# Misanthropy and EMS



## steveshurtleff (Apr 5, 2011)

First, I did do a search and did not find a previous thread quite like this one, though I did see it mentioned in one post during the Atheist thread.

I got into a discussion with an appreciable # of my classmates and was somewhat surprised to learn that we could all be called "misanthropes".  Of course none of us would let that sway our patient care, but since everyone here, aside from the other students, are far more experienced, I am wondering how many other misanthropes are here.

The obvious question here is:  Why go into EMS if you don't like people?

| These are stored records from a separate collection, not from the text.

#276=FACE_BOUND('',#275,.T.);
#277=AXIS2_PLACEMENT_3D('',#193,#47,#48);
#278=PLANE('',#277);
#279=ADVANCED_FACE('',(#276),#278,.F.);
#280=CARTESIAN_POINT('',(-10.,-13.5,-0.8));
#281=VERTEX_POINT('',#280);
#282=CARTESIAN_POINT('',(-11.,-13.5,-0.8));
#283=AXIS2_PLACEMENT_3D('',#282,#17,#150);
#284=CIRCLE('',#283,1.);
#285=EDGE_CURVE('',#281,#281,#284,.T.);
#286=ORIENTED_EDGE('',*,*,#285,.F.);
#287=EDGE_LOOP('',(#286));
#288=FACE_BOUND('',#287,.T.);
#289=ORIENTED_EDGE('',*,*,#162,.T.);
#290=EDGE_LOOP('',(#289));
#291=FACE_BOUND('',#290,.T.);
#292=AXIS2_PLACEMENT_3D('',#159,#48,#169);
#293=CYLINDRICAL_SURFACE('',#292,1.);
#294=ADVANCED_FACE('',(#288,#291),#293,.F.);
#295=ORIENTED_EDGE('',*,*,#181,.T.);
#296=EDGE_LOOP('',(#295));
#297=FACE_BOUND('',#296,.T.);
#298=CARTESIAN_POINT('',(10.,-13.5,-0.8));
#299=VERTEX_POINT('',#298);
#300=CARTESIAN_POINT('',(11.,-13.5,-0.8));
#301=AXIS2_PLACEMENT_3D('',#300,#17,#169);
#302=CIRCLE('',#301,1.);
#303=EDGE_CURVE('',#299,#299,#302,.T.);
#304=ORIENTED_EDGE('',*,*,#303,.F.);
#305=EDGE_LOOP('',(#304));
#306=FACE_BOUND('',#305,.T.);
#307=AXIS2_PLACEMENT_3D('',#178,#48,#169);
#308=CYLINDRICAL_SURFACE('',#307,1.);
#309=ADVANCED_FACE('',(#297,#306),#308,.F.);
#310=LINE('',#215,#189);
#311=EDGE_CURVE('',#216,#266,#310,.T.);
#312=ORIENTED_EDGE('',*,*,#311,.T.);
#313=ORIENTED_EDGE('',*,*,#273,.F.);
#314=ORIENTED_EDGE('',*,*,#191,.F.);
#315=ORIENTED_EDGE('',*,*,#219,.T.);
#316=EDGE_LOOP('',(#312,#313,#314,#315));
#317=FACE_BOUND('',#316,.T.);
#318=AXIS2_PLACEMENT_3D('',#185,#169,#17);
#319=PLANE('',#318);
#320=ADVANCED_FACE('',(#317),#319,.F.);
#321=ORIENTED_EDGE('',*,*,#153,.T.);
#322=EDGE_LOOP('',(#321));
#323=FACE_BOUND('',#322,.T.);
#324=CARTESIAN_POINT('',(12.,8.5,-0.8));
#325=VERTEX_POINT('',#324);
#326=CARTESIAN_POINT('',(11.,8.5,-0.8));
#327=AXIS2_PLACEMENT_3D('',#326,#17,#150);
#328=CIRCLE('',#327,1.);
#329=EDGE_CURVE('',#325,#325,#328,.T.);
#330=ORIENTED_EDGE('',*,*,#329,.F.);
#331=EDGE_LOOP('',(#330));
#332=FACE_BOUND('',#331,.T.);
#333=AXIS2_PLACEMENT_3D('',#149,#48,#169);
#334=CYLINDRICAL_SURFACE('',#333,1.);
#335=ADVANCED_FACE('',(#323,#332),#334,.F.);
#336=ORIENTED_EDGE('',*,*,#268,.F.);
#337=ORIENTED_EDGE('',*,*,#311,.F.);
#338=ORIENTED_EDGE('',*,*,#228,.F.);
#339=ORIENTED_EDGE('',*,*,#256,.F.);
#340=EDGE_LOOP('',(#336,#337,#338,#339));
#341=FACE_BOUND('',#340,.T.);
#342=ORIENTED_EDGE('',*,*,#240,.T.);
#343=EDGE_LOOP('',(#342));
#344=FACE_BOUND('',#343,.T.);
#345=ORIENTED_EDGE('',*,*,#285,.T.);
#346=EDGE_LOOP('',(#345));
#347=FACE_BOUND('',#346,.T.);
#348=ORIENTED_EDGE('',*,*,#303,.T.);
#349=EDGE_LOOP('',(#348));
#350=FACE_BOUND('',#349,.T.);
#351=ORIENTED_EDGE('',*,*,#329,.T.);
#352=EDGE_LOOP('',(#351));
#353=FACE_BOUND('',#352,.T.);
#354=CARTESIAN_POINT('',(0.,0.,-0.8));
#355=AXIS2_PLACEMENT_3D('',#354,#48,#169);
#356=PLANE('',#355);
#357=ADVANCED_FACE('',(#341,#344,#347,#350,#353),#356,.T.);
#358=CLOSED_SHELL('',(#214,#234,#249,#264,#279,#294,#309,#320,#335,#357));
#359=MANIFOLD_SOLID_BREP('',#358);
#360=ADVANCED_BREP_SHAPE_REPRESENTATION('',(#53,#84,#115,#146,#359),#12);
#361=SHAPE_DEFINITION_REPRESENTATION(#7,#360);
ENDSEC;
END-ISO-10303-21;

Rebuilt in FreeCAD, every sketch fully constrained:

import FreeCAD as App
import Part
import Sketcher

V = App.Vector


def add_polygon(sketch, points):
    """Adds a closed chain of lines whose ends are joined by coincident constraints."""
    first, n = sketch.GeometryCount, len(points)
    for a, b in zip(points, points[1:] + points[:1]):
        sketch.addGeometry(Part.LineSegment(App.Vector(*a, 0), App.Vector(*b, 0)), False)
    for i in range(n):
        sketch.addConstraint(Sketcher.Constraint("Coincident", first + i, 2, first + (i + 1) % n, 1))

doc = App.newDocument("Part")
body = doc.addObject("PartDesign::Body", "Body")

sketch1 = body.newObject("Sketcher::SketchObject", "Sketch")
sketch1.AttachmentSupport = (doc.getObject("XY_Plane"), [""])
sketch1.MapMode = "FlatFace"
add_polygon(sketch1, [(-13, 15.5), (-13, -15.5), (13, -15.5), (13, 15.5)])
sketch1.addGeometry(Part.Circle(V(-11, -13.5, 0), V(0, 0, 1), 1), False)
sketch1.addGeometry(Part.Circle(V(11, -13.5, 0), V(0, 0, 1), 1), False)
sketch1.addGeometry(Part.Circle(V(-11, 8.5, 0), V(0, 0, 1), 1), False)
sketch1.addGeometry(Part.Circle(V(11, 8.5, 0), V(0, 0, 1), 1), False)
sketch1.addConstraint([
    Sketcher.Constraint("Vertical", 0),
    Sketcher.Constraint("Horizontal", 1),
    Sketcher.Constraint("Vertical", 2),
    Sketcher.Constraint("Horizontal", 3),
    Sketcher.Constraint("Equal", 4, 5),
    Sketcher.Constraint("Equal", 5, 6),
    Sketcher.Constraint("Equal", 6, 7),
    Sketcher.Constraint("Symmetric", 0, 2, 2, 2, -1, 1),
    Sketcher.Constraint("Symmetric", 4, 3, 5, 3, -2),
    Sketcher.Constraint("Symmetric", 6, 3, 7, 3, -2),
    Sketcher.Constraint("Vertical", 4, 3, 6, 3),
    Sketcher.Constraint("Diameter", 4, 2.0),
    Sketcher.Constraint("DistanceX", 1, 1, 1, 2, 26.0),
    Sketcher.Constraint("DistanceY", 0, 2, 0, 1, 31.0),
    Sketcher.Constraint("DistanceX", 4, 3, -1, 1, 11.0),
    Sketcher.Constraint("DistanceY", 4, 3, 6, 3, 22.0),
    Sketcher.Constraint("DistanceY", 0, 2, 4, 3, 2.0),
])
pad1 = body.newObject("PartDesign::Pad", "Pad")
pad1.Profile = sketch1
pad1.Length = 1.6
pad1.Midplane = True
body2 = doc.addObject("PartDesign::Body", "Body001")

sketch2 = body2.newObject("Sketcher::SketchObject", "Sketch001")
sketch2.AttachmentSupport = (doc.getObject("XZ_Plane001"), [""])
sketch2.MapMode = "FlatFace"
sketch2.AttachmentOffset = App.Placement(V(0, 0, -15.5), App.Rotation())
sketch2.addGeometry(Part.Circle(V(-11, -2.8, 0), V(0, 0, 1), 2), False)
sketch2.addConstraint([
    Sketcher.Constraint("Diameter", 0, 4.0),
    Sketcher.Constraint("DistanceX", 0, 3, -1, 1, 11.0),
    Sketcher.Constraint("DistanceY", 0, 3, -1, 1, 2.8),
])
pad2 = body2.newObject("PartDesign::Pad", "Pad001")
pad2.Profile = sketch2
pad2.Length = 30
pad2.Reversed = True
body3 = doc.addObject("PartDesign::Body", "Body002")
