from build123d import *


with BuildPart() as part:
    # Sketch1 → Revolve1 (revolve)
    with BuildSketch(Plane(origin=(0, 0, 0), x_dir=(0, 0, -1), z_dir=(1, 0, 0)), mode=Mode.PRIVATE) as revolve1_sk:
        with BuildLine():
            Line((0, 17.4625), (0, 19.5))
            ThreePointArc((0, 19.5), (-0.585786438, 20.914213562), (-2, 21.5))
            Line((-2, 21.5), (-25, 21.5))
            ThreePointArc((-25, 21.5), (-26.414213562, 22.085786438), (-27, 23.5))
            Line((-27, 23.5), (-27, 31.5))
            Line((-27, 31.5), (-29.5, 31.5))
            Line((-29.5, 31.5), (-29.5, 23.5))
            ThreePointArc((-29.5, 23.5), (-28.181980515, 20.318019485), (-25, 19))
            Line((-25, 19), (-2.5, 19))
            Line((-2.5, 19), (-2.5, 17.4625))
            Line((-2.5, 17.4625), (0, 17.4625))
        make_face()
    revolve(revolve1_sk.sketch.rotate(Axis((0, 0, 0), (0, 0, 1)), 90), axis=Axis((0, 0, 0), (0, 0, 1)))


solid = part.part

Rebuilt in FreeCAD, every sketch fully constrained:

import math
import FreeCAD as App
import Part
import Sketcher
Q = App.Units.Quantity

doc = App.newDocument("Part")
params = doc.addObject("Spreadsheet::Sheet", "Params")
for row, (alias, value) in enumerate([
    ("sketch1_radius", "2 mm"),
    ("sketch1_radius2", "4.5 mm"),
    ("sketch1_width", "8 mm"),
    ("sketch1_height", "23 mm"),
    ("revolution_angle", "360 deg"),
], start=1):
    params.set(f"A{row}", alias)
    params.set(f"B{row}", "=" + value)
    params.setAlias(f"B{row}", alias)

body = doc.addObject("PartDesign::Body", "Body")

# Sketch on YZ plane
sketch1 = body.newObject("Sketcher::SketchObject", "Sketch")
sketch1.AttachmentSupport = (doc.getObject("YZ_Plane"), [""])
sketch1.MapMode = "FlatFace"
sketch1.addGeometry([
    Part.LineSegment(App.Vector(17.5, 0, 0), App.Vector(19.5, 0, 0)),  # 0
    Part.ArcOfCircle(Part.Circle(App.Vector(19.5, 2, 0), App.Vector(0, 0, 1), 2), math.radians(-90), math.radians(0)),  # 1
    Part.LineSegment(App.Vector(21.5, 2, 0), App.Vector(21.5, 25, 0)),  # 2
    Part.ArcOfCircle(Part.Circle(App.Vector(23.5, 25, 0), App.Vector(0, 0, 1), 2), math.radians(90), math.radians(180)),  # 3
    Part.LineSegment(App.Vector(23.5, 27, 0), App.Vector(31.5, 27, 0)),  # 4
    Part.LineSegment(App.Vector(31.5, 27, 0), App.Vector(31.5, 29.5, 0)),  # 5
    Part.LineSegment(App.Vector(31.5, 29.5, 0), App.Vector(23.5, 29.5, 0)),  # 6
    Part.ArcOfCircle(Part.Circle(App.Vector(23.5, 25, 0), App.Vector(0, 0, 1), 4.5), math.radians(90), math.radians(180)),  # 7
    Part.LineSegment(App.Vector(19, 25, 0), App.Vector(19, 2.5, 0)),  # 8
    Part.LineSegment(App.Vector(19, 2.5, 0), App.Vector(17.5, 2.5, 0)),  # 9
    Part.LineSegment(App.Vector(17.5, 2.5, 0), App.Vector(17.5, 0, 0)),  # 10
], False)
sketch1.addConstraint([
    Sketcher.Constraint("Tangent", 0, 2, 1, 1),
    Sketcher.Constraint("Tangent", 1, 2, 2, 1),
    Sketcher.Constraint("Tangent", 2, 2, 3, 2),
    Sketcher.Constraint("Tangent", 3, 1, 4, 1),
    Sketcher.Constraint("Coincident", 4, 2, 5, 1),
    Sketcher.Constraint("Coincident", 5, 2, 6, 1),
    Sketcher.Constraint("Tangent", 6, 2, 7, 1),
    Sketcher.Constraint("Tangent", 7, 2, 8, 1),
    Sketcher.Constraint("Coincident", 8, 2, 9, 1),
    Sketcher.Constraint("Coincident", 9, 2, 10, 1),
    Sketcher.Constraint("Coincident", 10, 2, 0, 1),
    Sketcher.Constraint("Horizontal", 0),
    Sketcher.Constraint("Vertical", 2),
    Sketcher.Constraint("Horizontal", 4),
    Sketcher.Constraint("Vertical", 5),
    Sketcher.Constraint("Horizontal", 6),
    Sketcher.Constraint("Vertical", 8),
    Sketcher.Constraint("Horizontal", 9),
    Sketcher.Constraint("Vertical", 10),
    Sketcher.Constraint("Coincident", 7, 3, 3, 3),
    Sketcher.Constraint("Equal", 1, 3),
    Sketcher.Constraint("PointOnObject", 0, 2, -1),
    Sketcher.Constraint("Equal", 5, 10),
    Sketcher.Constraint("Radius", 1, Q("2 mm")),
    Sketcher.Constraint("Radius", 7, Q("4.5 mm")),
    Sketcher.Constraint("DistanceX", 4, 1, 4, 2, Q("8 mm")),
    Sketcher.Constraint("DistanceY", 2, 1, 2, 2, Q("23 mm")),
    Sketcher.Constraint("DistanceX", -1, 1, 7, 2, Q("19 mm")),
    Sketcher.Constraint("DistanceX", 0, 1, 0, 2, Q("2.0375 mm")),
])
sketch1.setExpression("Constraints[23]", "Params.sketch1_radius")
sketch1.setExpression("Constraints[24]", "Params.sketch1_radius2")
sketch1.setExpression("Constraints[25]", "Params.sketch1_width")
sketch1.setExpression("Constraints[26]", "Params.sketch1_height")
revolution = body.newObject("PartDesign::Revolution", "Revolution")
revolution.Profile = sketch1
revolution.ReferenceAxis = (sketch1, ["V_Axis"])
revolution.setExpression("Angle", "Params.revolution_angle")

doc.recompute()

Easy.  I think I'd be good at it and, if my grades so far are an indication, I might be right.

Thoughts?


----------



## usafmedic45 (Apr 5, 2011)

I went into EMS liking people.  This job made me develop a new perception.


----------



## Medic2409 (Apr 5, 2011)

I can't see a lot of new EMS'ers being misanthropes.  Most of the ones I went to school with liked people and wanted to help.

Now, though, well, I still like most peop....err....some peo.....errr.........hmmmm.........


----------



## steveshurtleff (Apr 6, 2011)

Medic2409 said:


> I can't see a lot of new EMS'ers being misanthropes.  Most of the ones I went to school with liked people and wanted to help.
> 
> Now, though, well, I still like most peop....err....some peo.....errr.........hmmmm.........



As new EMS students go, I'm older than most and have already been through a career in IT, so maybe it's just a matter of exposure.  However, some of my classmates are also already less than fond of humans.  We got into a discussion about it during a study session and started calling ourselves "non-discriminating racists", LOL


----------



## usalsfyre (Apr 6, 2011)

I'm not sure it's possible to work in any acute care setting and not lose some of your faith in humanity.


----------



## firetender (Apr 7, 2011)

*I plead Guilty!*

According to Wikipedia:



> *Misanthropy is generalized dislike, distrust, disgust, contempt or hatred of the human species or human nature.*



,,,but I learned this in Catholic grammar school where, beside being routinely beaten by nuns, I spent a chunk of my life "ducking and covering" in anticipation of a nuclear attack on Brooklyn, close enough to Ground Zero's Manhattan to not matter. I've had a generalized all of the above of human nature through my whole life. Sorry to say, there's just a lot of stuff about us that's nuts!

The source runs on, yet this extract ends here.